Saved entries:
○ ○ ○ ○
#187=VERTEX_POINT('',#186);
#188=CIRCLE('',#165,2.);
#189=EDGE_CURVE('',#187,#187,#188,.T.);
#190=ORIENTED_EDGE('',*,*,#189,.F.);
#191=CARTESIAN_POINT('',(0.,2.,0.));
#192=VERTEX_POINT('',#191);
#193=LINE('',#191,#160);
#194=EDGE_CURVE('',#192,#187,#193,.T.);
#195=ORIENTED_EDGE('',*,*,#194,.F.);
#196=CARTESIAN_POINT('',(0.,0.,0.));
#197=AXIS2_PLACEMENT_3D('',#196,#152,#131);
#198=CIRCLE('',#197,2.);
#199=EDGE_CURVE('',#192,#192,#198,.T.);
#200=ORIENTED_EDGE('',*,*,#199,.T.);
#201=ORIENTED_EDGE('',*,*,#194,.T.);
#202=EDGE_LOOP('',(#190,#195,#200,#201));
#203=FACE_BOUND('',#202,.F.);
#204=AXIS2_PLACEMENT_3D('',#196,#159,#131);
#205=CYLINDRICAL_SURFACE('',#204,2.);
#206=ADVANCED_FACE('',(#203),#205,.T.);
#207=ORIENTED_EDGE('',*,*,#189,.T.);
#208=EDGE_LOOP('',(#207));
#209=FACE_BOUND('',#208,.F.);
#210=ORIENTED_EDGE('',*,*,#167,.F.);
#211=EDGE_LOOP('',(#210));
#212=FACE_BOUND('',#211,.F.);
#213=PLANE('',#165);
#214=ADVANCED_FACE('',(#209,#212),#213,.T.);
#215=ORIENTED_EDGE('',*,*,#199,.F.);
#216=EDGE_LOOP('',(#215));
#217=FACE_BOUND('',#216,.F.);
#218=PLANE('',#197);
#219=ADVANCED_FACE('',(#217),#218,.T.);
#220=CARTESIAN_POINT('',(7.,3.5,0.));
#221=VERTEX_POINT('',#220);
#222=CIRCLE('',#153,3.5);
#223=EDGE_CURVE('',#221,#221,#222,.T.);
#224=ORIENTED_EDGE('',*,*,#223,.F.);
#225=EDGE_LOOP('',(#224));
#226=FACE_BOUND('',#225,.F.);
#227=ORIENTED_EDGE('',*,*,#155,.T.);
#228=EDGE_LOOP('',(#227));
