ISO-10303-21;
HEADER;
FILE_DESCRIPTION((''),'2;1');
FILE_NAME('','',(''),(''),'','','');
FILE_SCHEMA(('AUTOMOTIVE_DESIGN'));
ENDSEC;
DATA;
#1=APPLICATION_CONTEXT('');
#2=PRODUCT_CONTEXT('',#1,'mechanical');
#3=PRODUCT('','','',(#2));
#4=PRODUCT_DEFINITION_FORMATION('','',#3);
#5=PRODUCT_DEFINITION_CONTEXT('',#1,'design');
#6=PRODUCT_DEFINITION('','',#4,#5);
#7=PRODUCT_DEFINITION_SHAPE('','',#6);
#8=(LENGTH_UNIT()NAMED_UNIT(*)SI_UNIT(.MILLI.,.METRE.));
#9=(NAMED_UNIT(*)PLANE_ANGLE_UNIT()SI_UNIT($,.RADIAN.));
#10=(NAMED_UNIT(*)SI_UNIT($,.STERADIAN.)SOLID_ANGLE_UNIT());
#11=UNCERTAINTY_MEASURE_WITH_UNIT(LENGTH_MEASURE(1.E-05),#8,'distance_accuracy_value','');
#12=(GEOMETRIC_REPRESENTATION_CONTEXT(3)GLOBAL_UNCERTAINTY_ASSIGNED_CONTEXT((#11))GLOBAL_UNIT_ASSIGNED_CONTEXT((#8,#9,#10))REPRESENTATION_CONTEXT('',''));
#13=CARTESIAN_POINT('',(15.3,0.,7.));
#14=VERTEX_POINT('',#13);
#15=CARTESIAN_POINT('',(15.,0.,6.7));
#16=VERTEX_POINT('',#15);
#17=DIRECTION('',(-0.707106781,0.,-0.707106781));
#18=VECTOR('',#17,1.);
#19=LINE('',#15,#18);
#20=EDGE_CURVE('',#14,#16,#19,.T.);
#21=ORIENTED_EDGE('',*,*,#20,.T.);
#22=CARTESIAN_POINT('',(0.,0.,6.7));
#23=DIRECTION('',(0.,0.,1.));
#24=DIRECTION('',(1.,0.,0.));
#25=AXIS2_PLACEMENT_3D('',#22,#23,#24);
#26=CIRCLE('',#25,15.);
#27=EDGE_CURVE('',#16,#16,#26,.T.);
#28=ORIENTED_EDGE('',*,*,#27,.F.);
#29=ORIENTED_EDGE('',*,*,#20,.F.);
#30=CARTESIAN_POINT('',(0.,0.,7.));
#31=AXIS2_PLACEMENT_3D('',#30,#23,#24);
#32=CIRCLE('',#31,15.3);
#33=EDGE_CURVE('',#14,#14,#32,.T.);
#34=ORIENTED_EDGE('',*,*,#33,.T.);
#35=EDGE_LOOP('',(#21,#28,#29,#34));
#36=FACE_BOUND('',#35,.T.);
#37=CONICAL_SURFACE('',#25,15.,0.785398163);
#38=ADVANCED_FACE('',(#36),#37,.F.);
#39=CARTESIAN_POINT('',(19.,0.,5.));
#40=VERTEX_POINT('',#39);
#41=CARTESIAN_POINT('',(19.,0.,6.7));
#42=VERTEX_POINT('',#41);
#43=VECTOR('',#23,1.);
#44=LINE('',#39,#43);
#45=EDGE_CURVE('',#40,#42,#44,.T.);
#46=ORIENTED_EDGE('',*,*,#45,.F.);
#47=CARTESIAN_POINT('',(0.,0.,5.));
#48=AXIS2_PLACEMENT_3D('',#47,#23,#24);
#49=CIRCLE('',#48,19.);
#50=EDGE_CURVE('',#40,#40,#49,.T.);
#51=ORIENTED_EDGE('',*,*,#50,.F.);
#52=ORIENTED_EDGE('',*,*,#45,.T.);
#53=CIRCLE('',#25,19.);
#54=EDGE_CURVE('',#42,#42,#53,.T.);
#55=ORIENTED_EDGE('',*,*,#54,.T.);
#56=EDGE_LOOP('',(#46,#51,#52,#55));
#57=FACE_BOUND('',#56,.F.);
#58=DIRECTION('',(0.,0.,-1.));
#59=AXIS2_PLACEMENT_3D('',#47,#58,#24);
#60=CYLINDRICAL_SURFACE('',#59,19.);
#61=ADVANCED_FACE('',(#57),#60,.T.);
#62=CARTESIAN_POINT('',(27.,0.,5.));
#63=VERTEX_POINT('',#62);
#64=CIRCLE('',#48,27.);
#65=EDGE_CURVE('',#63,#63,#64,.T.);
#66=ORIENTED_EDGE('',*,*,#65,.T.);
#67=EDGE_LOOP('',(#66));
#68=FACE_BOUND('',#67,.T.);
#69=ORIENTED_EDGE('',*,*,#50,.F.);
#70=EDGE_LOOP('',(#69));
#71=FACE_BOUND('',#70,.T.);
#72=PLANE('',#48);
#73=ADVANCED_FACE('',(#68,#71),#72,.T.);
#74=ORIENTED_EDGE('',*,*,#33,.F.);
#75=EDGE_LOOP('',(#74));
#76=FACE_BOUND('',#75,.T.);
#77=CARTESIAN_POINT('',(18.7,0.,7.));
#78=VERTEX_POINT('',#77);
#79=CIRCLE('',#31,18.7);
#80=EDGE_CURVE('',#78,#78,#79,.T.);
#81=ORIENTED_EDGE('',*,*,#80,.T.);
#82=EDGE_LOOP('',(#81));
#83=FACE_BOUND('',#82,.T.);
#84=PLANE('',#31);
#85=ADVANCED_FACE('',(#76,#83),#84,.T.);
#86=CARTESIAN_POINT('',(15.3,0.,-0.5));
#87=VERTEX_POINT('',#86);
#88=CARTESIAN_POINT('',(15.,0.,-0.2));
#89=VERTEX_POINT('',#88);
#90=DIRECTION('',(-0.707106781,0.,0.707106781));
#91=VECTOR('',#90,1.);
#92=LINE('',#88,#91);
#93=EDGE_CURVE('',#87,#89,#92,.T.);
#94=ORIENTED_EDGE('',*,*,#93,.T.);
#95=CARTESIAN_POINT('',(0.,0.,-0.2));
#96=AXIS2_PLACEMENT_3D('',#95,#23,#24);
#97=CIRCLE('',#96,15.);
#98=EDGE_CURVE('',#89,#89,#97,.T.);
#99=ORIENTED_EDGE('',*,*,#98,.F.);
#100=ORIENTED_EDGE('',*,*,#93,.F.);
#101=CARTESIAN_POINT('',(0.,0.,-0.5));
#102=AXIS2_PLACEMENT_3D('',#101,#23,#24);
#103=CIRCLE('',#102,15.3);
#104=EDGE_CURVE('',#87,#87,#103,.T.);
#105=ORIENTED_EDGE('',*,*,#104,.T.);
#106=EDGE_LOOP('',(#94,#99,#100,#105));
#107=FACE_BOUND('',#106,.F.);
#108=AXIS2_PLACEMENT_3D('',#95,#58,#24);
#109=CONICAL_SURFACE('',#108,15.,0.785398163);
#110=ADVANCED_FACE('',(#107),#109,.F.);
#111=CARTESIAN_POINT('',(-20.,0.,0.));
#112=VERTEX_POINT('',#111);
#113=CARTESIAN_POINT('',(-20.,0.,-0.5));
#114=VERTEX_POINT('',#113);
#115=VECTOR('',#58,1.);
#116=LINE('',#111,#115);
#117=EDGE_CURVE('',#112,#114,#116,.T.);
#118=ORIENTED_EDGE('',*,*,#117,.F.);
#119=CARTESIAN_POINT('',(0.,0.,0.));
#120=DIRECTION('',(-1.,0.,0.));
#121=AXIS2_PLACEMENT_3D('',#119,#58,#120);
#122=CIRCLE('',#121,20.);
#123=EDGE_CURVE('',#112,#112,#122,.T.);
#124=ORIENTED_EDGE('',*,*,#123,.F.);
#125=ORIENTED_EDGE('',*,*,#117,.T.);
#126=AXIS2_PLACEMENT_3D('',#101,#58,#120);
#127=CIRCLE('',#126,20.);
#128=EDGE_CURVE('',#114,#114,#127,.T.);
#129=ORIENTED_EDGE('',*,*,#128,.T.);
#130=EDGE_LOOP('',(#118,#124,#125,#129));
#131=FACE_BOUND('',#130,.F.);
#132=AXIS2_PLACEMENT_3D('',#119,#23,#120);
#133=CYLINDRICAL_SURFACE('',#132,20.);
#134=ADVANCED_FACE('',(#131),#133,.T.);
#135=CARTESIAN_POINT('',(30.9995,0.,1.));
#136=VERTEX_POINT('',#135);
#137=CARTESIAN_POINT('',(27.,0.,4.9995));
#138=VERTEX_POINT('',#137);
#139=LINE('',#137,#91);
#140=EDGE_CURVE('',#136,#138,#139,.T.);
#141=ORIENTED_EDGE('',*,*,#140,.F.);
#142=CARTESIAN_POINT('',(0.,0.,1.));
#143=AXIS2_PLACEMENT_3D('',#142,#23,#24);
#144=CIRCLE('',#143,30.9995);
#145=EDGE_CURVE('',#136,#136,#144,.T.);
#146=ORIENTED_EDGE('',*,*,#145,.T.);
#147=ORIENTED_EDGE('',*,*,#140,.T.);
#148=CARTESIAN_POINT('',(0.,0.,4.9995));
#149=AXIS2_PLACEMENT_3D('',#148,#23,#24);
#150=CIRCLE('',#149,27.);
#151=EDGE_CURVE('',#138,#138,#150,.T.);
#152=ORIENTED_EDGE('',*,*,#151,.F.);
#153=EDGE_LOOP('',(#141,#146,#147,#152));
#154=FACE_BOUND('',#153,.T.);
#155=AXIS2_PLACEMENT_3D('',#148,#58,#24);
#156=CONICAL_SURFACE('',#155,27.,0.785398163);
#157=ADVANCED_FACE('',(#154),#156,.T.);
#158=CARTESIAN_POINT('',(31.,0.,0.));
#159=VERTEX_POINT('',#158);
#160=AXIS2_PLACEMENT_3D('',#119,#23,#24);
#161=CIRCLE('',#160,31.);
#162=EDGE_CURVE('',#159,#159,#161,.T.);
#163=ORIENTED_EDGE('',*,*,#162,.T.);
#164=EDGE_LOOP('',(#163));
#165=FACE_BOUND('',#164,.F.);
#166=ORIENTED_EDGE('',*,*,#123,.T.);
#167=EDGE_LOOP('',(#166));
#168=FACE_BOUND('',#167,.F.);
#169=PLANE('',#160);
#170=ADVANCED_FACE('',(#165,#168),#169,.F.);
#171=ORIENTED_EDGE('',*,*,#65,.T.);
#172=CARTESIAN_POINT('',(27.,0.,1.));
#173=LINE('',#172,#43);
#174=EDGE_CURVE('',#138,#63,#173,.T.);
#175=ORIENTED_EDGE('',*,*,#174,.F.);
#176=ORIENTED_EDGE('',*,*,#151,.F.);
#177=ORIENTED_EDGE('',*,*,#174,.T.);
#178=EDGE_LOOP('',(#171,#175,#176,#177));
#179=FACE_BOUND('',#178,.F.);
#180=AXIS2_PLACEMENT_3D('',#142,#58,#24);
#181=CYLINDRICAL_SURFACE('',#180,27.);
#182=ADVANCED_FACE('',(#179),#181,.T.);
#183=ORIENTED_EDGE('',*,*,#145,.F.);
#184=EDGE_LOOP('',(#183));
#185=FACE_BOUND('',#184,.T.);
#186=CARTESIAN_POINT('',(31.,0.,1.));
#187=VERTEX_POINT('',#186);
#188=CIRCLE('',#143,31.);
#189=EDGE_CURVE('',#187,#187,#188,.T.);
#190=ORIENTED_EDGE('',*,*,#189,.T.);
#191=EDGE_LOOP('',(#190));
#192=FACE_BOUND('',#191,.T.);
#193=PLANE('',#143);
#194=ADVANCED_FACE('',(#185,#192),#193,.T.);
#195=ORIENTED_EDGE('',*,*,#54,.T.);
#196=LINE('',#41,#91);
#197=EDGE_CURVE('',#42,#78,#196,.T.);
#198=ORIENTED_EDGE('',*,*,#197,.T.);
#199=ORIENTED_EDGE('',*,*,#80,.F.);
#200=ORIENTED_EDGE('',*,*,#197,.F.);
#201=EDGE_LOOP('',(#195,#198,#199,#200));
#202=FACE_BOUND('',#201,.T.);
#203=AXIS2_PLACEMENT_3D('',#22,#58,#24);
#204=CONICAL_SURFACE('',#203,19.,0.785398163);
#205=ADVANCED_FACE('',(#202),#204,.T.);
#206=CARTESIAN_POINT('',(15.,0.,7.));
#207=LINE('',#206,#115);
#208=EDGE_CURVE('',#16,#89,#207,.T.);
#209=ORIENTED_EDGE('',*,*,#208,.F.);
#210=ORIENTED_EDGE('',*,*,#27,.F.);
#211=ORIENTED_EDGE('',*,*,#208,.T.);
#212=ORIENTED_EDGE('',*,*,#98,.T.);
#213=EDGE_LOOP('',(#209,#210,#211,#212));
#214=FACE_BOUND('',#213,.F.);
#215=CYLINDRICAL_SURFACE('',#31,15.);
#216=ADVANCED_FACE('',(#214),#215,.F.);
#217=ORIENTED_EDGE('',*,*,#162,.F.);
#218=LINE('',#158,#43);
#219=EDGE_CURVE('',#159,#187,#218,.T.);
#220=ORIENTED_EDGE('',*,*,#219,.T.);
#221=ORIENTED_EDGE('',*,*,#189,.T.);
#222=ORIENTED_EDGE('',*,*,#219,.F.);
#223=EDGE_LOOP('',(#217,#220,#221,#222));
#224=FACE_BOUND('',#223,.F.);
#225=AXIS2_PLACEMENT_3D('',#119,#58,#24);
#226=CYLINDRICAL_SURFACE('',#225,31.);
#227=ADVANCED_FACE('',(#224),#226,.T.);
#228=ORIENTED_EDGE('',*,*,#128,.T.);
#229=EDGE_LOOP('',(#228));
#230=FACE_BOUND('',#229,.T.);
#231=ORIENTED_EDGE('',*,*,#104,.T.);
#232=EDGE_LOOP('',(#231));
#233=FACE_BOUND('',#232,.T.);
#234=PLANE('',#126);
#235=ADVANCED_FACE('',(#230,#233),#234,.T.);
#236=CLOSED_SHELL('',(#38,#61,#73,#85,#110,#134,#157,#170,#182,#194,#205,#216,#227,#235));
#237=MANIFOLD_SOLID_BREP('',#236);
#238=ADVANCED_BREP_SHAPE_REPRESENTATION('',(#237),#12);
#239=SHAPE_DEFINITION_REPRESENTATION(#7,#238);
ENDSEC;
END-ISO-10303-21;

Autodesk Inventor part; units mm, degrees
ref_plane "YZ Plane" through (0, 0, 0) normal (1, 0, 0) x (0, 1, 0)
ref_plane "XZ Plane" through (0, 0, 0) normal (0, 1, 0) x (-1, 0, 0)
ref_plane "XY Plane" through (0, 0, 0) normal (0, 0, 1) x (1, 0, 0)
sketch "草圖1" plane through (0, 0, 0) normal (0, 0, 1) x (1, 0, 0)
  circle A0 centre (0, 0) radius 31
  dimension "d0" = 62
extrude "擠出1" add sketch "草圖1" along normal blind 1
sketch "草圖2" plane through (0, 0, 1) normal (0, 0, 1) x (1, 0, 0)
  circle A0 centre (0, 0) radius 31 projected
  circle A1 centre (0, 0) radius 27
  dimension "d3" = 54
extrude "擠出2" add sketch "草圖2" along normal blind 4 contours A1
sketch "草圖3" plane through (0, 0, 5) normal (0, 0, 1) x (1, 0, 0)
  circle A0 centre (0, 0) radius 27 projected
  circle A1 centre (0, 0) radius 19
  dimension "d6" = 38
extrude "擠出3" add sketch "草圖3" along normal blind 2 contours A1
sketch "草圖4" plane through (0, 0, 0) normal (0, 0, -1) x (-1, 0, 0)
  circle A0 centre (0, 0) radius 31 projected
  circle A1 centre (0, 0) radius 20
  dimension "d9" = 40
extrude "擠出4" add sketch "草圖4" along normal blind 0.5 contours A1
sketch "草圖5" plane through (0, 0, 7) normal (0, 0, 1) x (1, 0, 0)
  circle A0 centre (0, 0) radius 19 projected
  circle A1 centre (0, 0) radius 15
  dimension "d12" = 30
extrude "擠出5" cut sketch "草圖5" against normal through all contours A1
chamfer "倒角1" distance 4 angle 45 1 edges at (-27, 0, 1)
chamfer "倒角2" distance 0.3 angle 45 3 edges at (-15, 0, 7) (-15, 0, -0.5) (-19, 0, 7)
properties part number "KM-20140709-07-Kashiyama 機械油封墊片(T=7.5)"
○ ○ ○ ○
### WHAT THE TASK ASKS
Extract exactly and only the lines above from the line containing "#4=PRODUCT_DEFINITION_FORMATION('','',#3);" through the line containing "#43=VECTOR('',#23,1.);", both end lines included.

### SOLUTION BELOW
#4=PRODUCT_DEFINITION_FORMATION('','',#3);
#5=PRODUCT_DEFINITION_CONTEXT('',#1,'design');
#6=PRODUCT_DEFINITION('','',#4,#5);
#7=PRODUCT_DEFINITION_SHAPE('','',#6);
#8=(LENGTH_UNIT()NAMED_UNIT(*)SI_UNIT(.MILLI.,.METRE.));
#9=(NAMED_UNIT(*)PLANE_ANGLE_UNIT()SI_UNIT($,.RADIAN.));
#10=(NAMED_UNIT(*)SI_UNIT($,.STERADIAN.)SOLID_ANGLE_UNIT());
#11=UNCERTAINTY_MEASURE_WITH_UNIT(LENGTH_MEASURE(1.E-05),#8,'distance_accuracy_value','');
#12=(GEOMETRIC_REPRESENTATION_CONTEXT(3)GLOBAL_UNCERTAINTY_ASSIGNED_CONTEXT((#11))GLOBAL_UNIT_ASSIGNED_CONTEXT((#8,#9,#10))REPRESENTATION_CONTEXT('',''));
#13=CARTESIAN_POINT('',(15.3,0.,7.));
#14=VERTEX_POINT('',#13);
#15=CARTESIAN_POINT('',(15.,0.,6.7));
#16=VERTEX_POINT('',#15);
#17=DIRECTION('',(-0.707106781,0.,-0.707106781));
#18=VECTOR('',#17,1.);
#19=LINE('',#15,#18);
#20=EDGE_CURVE('',#14,#16,#19,.T.);
#21=ORIENTED_EDGE('',*,*,#20,.T.);
#22=CARTESIAN_POINT('',(0.,0.,6.7));
#23=DIRECTION('',(0.,0.,1.));
#24=DIRECTION('',(1.,0.,0.));
#25=AXIS2_PLACEMENT_3D('',#22,#23,#24);
#26=CIRCLE('',#25,15.);
#27=EDGE_CURVE('',#16,#16,#26,.T.);
#28=ORIENTED_EDGE('',*,*,#27,.F.);
#29=ORIENTED_EDGE('',*,*,#20,.F.);
#30=CARTESIAN_POINT('',(0.,0.,7.));
#31=AXIS2_PLACEMENT_3D('',#30,#23,#24);
#32=CIRCLE('',#31,15.3);
#33=EDGE_CURVE('',#14,#14,#32,.T.);
#34=ORIENTED_EDGE('',*,*,#33,.T.);
#35=EDGE_LOOP('',(#21,#28,#29,#34));
#36=FACE_BOUND('',#35,.T.);
#37=CONICAL_SURFACE('',#25,15.,0.785398163);
#38=ADVANCED_FACE('',(#36),#37,.F.);
#39=CARTESIAN_POINT('',(19.,0.,5.));
#40=VERTEX_POINT('',#39);
#41=CARTESIAN_POINT('',(19.,0.,6.7));
#42=VERTEX_POINT('',#41);
#43=VECTOR('',#23,1.);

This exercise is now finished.